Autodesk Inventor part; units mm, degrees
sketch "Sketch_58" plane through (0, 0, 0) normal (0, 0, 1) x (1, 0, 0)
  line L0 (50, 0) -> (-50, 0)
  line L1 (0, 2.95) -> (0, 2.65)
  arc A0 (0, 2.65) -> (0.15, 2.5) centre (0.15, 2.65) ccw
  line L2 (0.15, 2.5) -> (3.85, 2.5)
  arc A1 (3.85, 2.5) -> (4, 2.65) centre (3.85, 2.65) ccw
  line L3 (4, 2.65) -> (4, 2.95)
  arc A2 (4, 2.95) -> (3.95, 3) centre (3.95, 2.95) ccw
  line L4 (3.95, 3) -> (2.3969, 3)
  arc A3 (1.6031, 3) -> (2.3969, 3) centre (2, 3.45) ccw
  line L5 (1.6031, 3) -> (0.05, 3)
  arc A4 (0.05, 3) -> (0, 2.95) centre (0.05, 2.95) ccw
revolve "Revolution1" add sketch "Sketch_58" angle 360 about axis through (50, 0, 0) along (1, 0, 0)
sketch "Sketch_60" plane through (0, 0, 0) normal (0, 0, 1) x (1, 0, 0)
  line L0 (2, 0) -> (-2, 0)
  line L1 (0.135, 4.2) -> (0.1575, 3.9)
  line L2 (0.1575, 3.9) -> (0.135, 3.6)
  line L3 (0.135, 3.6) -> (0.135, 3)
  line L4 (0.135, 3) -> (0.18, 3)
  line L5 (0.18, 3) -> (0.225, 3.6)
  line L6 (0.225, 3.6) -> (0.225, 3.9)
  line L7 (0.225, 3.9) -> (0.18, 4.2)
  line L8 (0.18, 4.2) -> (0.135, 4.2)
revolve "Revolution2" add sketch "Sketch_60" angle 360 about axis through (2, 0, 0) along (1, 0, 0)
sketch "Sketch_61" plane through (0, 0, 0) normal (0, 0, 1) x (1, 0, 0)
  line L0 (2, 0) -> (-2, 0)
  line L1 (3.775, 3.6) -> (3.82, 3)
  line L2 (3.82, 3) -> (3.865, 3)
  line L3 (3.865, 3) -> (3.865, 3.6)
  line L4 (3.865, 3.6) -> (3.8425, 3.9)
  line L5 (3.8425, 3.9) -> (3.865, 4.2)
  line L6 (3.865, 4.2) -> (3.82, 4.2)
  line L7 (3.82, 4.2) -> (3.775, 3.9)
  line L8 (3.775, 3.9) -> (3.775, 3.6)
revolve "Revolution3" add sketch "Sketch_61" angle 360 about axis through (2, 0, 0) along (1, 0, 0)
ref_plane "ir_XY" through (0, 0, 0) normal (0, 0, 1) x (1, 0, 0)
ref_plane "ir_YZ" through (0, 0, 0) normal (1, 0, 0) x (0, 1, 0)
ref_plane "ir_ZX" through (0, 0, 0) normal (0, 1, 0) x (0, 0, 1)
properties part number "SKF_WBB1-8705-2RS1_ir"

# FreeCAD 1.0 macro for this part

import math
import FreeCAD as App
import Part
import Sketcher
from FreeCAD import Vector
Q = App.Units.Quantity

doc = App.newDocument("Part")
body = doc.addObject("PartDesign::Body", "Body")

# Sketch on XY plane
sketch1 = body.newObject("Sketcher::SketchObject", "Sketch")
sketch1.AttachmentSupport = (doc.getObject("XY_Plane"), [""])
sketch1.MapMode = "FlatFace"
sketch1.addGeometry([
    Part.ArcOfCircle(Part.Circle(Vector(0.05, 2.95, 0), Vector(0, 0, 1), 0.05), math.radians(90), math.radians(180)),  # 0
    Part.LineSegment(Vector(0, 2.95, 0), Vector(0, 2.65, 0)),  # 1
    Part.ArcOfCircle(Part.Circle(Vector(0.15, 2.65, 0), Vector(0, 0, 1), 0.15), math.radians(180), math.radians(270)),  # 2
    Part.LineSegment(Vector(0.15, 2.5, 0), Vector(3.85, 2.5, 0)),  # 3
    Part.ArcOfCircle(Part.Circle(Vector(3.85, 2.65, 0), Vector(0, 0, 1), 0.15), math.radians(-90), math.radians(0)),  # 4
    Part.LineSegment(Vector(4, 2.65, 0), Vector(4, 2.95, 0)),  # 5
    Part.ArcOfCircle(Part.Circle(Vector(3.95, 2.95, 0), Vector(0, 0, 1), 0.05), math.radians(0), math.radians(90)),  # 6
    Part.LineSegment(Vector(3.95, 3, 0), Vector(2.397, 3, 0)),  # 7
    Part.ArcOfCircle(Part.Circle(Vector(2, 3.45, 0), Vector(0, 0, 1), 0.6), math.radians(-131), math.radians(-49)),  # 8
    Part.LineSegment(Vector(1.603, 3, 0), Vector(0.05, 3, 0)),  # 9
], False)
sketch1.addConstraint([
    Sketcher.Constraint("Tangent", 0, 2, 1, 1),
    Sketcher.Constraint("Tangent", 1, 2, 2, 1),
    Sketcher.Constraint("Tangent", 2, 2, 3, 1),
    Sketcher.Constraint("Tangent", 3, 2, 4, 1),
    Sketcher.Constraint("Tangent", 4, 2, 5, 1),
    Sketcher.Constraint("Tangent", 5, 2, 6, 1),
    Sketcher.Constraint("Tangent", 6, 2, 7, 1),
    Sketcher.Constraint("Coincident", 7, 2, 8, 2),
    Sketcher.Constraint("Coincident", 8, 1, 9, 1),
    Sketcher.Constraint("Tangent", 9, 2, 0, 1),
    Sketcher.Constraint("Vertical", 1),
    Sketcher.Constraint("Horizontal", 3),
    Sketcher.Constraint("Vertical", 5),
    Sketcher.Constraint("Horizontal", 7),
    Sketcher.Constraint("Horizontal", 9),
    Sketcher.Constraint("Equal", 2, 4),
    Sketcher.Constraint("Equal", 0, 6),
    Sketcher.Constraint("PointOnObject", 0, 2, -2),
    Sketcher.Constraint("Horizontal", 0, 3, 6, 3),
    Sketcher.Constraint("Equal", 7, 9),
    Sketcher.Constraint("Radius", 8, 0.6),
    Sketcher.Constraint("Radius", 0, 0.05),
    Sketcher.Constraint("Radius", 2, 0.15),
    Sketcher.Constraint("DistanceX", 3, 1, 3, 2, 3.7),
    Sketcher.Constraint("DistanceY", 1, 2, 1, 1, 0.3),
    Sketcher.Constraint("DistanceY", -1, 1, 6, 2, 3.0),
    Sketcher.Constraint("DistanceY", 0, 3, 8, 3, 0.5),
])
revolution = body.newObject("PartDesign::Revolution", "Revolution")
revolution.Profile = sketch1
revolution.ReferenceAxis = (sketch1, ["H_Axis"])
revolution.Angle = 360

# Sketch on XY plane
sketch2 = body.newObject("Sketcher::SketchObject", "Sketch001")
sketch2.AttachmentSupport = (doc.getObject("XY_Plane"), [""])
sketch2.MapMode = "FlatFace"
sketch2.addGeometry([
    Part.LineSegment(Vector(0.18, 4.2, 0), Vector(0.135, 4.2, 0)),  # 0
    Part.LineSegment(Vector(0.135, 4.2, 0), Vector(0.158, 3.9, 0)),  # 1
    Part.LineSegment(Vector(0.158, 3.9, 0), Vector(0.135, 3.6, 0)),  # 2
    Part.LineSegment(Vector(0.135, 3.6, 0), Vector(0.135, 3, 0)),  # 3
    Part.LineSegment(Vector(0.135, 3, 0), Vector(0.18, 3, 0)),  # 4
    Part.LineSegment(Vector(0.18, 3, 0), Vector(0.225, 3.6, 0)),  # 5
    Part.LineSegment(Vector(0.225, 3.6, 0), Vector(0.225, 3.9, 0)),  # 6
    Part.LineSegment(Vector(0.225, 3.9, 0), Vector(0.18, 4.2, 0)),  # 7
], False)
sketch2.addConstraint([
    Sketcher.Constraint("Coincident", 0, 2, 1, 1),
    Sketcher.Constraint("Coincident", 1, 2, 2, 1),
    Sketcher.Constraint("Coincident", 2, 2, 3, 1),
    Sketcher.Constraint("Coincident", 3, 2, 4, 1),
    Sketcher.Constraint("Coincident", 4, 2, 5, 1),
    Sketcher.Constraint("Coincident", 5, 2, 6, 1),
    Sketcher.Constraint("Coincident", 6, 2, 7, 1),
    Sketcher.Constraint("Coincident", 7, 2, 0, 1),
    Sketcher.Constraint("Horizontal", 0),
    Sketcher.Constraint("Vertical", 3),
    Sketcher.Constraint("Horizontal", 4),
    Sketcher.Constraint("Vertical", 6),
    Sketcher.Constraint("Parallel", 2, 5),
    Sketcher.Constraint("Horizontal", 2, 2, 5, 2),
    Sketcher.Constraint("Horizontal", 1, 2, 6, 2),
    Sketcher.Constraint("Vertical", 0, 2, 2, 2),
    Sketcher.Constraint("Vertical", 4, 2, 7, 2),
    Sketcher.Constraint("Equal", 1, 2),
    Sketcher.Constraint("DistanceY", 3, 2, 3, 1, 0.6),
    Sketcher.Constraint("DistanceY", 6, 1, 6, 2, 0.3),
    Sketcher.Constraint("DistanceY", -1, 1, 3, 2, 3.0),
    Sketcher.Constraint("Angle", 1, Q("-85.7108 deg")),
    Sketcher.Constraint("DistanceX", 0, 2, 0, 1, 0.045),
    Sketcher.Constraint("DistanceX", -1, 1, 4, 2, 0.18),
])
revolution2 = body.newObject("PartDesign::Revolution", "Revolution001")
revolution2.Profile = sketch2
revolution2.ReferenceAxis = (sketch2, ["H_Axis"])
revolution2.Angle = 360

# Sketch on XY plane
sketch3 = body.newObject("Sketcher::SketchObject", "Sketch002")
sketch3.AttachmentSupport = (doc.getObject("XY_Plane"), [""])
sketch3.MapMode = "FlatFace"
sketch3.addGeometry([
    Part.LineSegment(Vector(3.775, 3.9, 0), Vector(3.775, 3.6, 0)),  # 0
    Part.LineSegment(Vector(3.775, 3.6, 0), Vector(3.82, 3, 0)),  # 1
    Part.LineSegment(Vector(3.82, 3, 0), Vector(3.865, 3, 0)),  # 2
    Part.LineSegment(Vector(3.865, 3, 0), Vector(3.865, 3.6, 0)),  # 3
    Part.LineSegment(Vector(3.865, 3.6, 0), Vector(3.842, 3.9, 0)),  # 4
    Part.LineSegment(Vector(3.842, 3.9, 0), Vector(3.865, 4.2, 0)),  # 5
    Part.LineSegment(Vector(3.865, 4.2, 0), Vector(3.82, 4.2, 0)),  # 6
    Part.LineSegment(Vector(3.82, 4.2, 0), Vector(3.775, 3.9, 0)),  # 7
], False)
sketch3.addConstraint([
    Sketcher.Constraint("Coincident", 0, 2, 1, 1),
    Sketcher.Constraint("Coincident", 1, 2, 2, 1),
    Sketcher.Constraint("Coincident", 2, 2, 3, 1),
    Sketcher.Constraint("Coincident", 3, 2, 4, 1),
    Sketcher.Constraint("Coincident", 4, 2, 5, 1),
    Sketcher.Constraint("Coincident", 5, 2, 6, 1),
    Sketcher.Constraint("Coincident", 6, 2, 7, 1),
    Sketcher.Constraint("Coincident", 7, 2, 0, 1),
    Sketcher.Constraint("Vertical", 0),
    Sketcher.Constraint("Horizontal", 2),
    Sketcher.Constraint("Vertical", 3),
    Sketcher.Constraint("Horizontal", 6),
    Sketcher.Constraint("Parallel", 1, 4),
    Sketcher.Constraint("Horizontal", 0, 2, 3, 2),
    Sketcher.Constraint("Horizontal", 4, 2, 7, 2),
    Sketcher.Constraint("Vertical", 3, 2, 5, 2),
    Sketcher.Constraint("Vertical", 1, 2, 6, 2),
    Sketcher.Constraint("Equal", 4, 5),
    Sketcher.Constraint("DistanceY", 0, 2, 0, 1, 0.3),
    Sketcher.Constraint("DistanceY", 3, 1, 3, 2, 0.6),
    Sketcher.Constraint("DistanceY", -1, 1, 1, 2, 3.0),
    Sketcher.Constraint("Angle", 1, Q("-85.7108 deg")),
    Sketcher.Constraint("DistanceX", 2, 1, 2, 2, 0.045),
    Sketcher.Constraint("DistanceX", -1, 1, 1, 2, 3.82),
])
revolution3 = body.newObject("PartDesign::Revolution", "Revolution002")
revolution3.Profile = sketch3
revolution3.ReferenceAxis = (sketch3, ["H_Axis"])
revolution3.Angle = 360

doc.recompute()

######

Exactly the lines running from the top of the records to the line that contains "line L3 (0.135, 3.6) -> (0.135, 3)", inclusive, must be set down, and nothing more.

*Response area*:
Autodesk Inventor part; units mm, degrees
sketch "Sketch_58" plane through (0, 0, 0) normal (0, 0, 1) x (1, 0, 0)
  line L0 (50, 0) -> (-50, 0)
  line L1 (0, 2.95) -> (0, 2.65)
  arc A0 (0, 2.65) -> (0.15, 2.5) centre (0.15, 2.65) ccw
  line L2 (0.15, 2.5) -> (3.85, 2.5)
  arc A1 (3.85, 2.5) -> (4, 2.65) centre (3.85, 2.65) ccw
  line L3 (4, 2.65) -> (4, 2.95)
  arc A2 (4, 2.95) -> (3.95, 3) centre (3.95, 2.95) ccw
  line L4 (3.95, 3) -> (2.3969, 3)
  arc A3 (1.6031, 3) -> (2.3969, 3) centre (2, 3.45) ccw
  line L5 (1.6031, 3) -> (0.05, 3)
  arc A4 (0.05, 3) -> (0, 2.95) centre (0.05, 2.95) ccw
revolve "Revolution1" add sketch "Sketch_58" angle 360 about axis through (50, 0, 0) along (1, 0, 0)
sketch "Sketch_60" plane through (0, 0, 0) normal (0, 0, 1) x (1, 0, 0)
  line L0 (2, 0) -> (-2, 0)
  line L1 (0.135, 4.2) -> (0.1575, 3.9)
  line L2 (0.1575, 3.9) -> (0.135, 3.6)
  line L3 (0.135, 3.6) -> (0.135, 3)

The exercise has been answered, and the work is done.